(Given records Opens)
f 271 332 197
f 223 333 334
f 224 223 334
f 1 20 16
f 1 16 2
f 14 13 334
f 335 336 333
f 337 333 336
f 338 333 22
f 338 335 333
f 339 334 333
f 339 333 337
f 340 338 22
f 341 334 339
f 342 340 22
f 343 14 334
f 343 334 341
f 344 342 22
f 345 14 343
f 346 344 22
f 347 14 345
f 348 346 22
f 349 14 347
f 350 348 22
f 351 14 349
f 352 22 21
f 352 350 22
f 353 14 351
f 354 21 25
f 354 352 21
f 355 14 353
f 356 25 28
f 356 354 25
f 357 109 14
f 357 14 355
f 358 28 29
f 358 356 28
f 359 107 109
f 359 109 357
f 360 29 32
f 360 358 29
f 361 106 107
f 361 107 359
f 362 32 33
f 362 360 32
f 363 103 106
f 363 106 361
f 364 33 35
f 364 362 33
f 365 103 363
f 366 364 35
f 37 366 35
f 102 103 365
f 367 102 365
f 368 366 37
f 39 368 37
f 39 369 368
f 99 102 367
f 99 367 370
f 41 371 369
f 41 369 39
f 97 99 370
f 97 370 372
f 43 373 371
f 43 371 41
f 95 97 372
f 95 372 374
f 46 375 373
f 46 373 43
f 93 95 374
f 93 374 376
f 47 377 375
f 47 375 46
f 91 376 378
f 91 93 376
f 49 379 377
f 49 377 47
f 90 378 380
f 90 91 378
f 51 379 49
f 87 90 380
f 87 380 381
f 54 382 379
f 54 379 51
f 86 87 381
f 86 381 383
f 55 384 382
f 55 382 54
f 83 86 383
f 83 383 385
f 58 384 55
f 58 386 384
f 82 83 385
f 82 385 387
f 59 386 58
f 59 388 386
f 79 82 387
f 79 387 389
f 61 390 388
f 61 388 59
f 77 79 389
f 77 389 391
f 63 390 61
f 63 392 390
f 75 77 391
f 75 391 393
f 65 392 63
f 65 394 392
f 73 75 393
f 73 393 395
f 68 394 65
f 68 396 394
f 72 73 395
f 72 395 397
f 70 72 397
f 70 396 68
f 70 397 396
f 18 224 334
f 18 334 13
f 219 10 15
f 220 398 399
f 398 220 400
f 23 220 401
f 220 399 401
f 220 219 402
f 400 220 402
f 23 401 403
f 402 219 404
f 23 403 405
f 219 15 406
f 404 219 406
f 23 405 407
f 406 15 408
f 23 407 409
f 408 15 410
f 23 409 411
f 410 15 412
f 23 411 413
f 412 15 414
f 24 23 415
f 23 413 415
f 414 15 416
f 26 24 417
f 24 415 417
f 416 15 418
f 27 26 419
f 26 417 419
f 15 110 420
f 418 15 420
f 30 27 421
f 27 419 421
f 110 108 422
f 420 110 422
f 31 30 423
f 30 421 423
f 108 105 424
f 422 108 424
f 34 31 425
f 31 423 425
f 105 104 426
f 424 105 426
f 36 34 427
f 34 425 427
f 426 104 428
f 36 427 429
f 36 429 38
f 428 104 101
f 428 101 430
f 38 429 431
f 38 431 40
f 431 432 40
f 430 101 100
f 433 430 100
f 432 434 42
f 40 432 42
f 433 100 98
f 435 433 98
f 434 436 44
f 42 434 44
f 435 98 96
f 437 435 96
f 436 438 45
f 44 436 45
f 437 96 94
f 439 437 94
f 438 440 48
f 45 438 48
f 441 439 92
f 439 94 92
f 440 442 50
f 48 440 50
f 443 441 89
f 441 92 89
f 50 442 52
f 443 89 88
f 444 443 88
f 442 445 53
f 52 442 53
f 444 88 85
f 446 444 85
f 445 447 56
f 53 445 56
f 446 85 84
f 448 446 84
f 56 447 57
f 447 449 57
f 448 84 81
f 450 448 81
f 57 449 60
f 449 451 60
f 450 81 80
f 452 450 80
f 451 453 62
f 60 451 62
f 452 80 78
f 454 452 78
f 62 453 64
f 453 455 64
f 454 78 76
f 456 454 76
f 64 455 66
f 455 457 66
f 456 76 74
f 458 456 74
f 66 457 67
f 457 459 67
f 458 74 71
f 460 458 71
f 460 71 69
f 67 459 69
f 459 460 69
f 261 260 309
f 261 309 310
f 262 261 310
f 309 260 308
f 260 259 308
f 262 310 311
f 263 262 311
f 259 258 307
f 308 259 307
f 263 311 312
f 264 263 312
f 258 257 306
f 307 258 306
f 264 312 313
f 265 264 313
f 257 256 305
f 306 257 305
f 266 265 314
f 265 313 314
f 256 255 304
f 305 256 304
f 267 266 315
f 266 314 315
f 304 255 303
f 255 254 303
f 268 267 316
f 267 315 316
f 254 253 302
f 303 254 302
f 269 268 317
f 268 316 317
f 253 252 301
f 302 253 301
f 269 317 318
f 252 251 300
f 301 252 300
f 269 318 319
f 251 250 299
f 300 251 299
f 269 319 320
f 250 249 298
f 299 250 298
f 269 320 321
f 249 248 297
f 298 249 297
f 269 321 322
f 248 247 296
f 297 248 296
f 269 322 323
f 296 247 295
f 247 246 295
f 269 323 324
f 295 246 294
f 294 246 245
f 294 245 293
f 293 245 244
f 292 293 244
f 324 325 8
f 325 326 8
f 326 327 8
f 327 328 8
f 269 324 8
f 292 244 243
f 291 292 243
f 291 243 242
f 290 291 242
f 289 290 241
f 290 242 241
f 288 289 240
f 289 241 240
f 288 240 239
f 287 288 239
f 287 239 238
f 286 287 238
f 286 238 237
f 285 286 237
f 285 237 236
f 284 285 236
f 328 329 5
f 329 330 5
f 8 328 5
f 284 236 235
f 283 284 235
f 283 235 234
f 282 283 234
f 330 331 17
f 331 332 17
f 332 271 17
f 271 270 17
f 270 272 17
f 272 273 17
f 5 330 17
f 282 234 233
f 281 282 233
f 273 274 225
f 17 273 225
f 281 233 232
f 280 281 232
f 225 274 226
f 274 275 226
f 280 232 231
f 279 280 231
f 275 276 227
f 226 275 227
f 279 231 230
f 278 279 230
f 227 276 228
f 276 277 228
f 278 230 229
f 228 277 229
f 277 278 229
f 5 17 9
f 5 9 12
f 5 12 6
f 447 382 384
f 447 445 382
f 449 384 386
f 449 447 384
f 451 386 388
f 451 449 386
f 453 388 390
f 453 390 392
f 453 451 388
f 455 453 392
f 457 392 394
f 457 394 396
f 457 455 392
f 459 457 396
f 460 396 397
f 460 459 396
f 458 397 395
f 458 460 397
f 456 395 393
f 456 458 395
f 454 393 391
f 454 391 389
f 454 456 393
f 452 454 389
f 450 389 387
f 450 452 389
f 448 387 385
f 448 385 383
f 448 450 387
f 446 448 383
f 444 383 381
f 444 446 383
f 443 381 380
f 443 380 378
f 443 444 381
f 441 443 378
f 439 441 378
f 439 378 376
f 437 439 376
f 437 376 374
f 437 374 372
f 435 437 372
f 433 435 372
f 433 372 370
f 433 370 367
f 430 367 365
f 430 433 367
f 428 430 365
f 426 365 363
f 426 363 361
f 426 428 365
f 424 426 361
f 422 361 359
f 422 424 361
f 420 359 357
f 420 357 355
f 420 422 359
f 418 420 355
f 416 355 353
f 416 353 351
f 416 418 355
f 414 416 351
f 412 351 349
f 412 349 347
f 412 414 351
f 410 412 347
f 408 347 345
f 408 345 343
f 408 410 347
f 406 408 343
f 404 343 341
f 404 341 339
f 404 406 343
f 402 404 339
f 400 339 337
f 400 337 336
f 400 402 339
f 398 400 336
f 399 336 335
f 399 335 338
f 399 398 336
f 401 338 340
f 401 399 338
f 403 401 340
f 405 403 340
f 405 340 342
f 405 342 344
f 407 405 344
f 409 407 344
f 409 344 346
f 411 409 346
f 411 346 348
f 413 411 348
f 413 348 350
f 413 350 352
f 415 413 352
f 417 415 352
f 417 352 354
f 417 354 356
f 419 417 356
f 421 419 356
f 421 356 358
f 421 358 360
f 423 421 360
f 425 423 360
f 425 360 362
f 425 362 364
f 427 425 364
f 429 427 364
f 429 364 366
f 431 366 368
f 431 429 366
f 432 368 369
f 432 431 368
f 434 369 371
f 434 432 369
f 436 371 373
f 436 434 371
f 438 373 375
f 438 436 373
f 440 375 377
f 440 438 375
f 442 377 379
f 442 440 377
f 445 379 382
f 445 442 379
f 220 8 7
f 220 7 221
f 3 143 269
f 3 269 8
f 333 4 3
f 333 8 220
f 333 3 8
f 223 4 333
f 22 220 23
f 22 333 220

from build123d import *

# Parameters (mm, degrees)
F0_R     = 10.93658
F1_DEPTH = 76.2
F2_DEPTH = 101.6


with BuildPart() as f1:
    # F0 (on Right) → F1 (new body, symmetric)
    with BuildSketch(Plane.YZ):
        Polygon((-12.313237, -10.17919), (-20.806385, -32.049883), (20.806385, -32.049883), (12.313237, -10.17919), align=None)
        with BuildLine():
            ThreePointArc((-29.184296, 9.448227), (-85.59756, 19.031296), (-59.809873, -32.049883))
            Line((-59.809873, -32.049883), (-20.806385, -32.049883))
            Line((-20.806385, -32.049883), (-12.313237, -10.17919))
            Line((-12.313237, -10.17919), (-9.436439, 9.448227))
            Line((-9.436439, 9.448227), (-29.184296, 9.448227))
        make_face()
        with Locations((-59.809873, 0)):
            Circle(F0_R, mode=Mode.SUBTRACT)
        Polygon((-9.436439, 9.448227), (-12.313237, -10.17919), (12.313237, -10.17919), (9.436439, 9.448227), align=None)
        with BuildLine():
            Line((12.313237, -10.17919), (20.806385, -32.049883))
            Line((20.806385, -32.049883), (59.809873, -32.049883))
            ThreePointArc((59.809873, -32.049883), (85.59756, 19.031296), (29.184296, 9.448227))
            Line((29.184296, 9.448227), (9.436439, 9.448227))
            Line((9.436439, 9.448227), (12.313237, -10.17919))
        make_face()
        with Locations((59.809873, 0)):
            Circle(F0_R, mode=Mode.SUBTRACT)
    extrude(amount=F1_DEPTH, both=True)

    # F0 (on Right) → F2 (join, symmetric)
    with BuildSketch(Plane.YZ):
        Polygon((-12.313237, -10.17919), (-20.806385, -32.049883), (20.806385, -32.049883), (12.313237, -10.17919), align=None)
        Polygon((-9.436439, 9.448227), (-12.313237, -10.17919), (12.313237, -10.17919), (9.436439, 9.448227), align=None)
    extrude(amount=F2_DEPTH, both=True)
(Given records Closes)
(Given records Opens)
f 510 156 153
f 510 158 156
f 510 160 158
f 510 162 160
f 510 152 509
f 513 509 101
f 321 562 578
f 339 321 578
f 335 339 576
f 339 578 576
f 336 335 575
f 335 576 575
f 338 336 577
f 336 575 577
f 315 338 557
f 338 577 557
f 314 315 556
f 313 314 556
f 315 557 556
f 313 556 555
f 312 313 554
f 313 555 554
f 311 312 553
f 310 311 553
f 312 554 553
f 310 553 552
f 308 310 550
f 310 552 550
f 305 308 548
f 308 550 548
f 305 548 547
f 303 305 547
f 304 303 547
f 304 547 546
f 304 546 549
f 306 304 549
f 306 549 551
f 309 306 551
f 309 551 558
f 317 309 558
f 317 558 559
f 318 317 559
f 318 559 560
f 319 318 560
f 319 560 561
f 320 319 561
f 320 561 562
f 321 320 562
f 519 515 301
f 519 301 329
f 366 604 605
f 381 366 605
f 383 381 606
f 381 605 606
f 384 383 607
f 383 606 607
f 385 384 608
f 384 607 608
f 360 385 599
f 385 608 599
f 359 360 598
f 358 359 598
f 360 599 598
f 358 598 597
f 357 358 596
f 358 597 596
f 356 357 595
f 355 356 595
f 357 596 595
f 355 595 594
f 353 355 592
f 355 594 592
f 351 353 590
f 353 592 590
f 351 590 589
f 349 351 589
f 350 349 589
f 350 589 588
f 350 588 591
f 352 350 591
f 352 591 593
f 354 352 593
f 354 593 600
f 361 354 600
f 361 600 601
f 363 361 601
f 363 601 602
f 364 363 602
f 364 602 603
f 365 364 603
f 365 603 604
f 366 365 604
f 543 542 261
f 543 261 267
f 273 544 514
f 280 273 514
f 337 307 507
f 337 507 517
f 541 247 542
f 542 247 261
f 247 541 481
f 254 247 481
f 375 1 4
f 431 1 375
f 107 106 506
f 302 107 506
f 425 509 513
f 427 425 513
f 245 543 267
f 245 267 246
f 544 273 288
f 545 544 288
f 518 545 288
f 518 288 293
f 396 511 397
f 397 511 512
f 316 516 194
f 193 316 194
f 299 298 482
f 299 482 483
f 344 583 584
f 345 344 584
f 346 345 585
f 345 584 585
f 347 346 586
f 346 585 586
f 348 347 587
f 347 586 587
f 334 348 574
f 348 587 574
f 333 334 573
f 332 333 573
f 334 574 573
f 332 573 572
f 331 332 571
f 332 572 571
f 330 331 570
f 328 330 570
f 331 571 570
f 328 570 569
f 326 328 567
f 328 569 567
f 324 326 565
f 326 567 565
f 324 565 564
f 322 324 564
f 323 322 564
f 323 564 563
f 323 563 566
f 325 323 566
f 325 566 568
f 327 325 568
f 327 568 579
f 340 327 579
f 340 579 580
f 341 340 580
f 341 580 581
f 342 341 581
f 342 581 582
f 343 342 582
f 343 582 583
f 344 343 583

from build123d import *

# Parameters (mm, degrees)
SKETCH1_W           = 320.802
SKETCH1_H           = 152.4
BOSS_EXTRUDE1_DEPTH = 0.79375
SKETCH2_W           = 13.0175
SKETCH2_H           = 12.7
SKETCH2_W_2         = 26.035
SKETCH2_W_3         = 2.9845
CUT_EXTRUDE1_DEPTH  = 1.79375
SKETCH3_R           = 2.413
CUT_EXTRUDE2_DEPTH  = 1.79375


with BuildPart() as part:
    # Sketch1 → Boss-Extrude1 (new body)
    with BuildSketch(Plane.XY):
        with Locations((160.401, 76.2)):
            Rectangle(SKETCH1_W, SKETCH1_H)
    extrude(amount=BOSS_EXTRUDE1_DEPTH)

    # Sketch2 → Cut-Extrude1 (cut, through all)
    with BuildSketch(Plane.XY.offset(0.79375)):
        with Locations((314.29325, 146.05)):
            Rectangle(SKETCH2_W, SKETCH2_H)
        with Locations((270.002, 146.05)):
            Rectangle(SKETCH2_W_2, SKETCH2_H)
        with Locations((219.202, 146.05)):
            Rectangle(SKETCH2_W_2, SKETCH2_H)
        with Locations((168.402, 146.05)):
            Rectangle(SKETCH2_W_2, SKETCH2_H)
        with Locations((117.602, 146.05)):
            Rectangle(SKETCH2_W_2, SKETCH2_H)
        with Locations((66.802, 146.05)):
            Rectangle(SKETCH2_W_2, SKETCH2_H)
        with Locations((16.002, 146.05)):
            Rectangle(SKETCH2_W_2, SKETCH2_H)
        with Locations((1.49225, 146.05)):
(Given records Closes)
§ **Activity**
Out of the data above, transcribe exactly and only the lines starting with the line that has "f 45 438 48" and going on through the line that has "f 455 457 66", both included.

§ **Answer to this problem**
f 45 438 48
f 441 439 92
f 439 94 92
f 440 442 50
f 48 440 50
f 443 441 89
f 441 92 89
f 50 442 52
f 443 89 88
f 444 443 88
f 442 445 53
f 52 442 53
f 444 88 85
f 446 444 85
f 445 447 56
f 53 445 56
f 446 85 84
f 448 446 84
f 56 447 57
f 447 449 57
f 448 84 81
f 450 448 81
f 57 449 60
f 449 451 60
f 450 81 80
f 452 450 80
f 451 453 62
f 60 451 62
f 452 80 78
f 454 452 78
f 62 453 64
f 453 455 64
f 454 78 76
f 456 454 76
f 64 455 66
f 455 457 66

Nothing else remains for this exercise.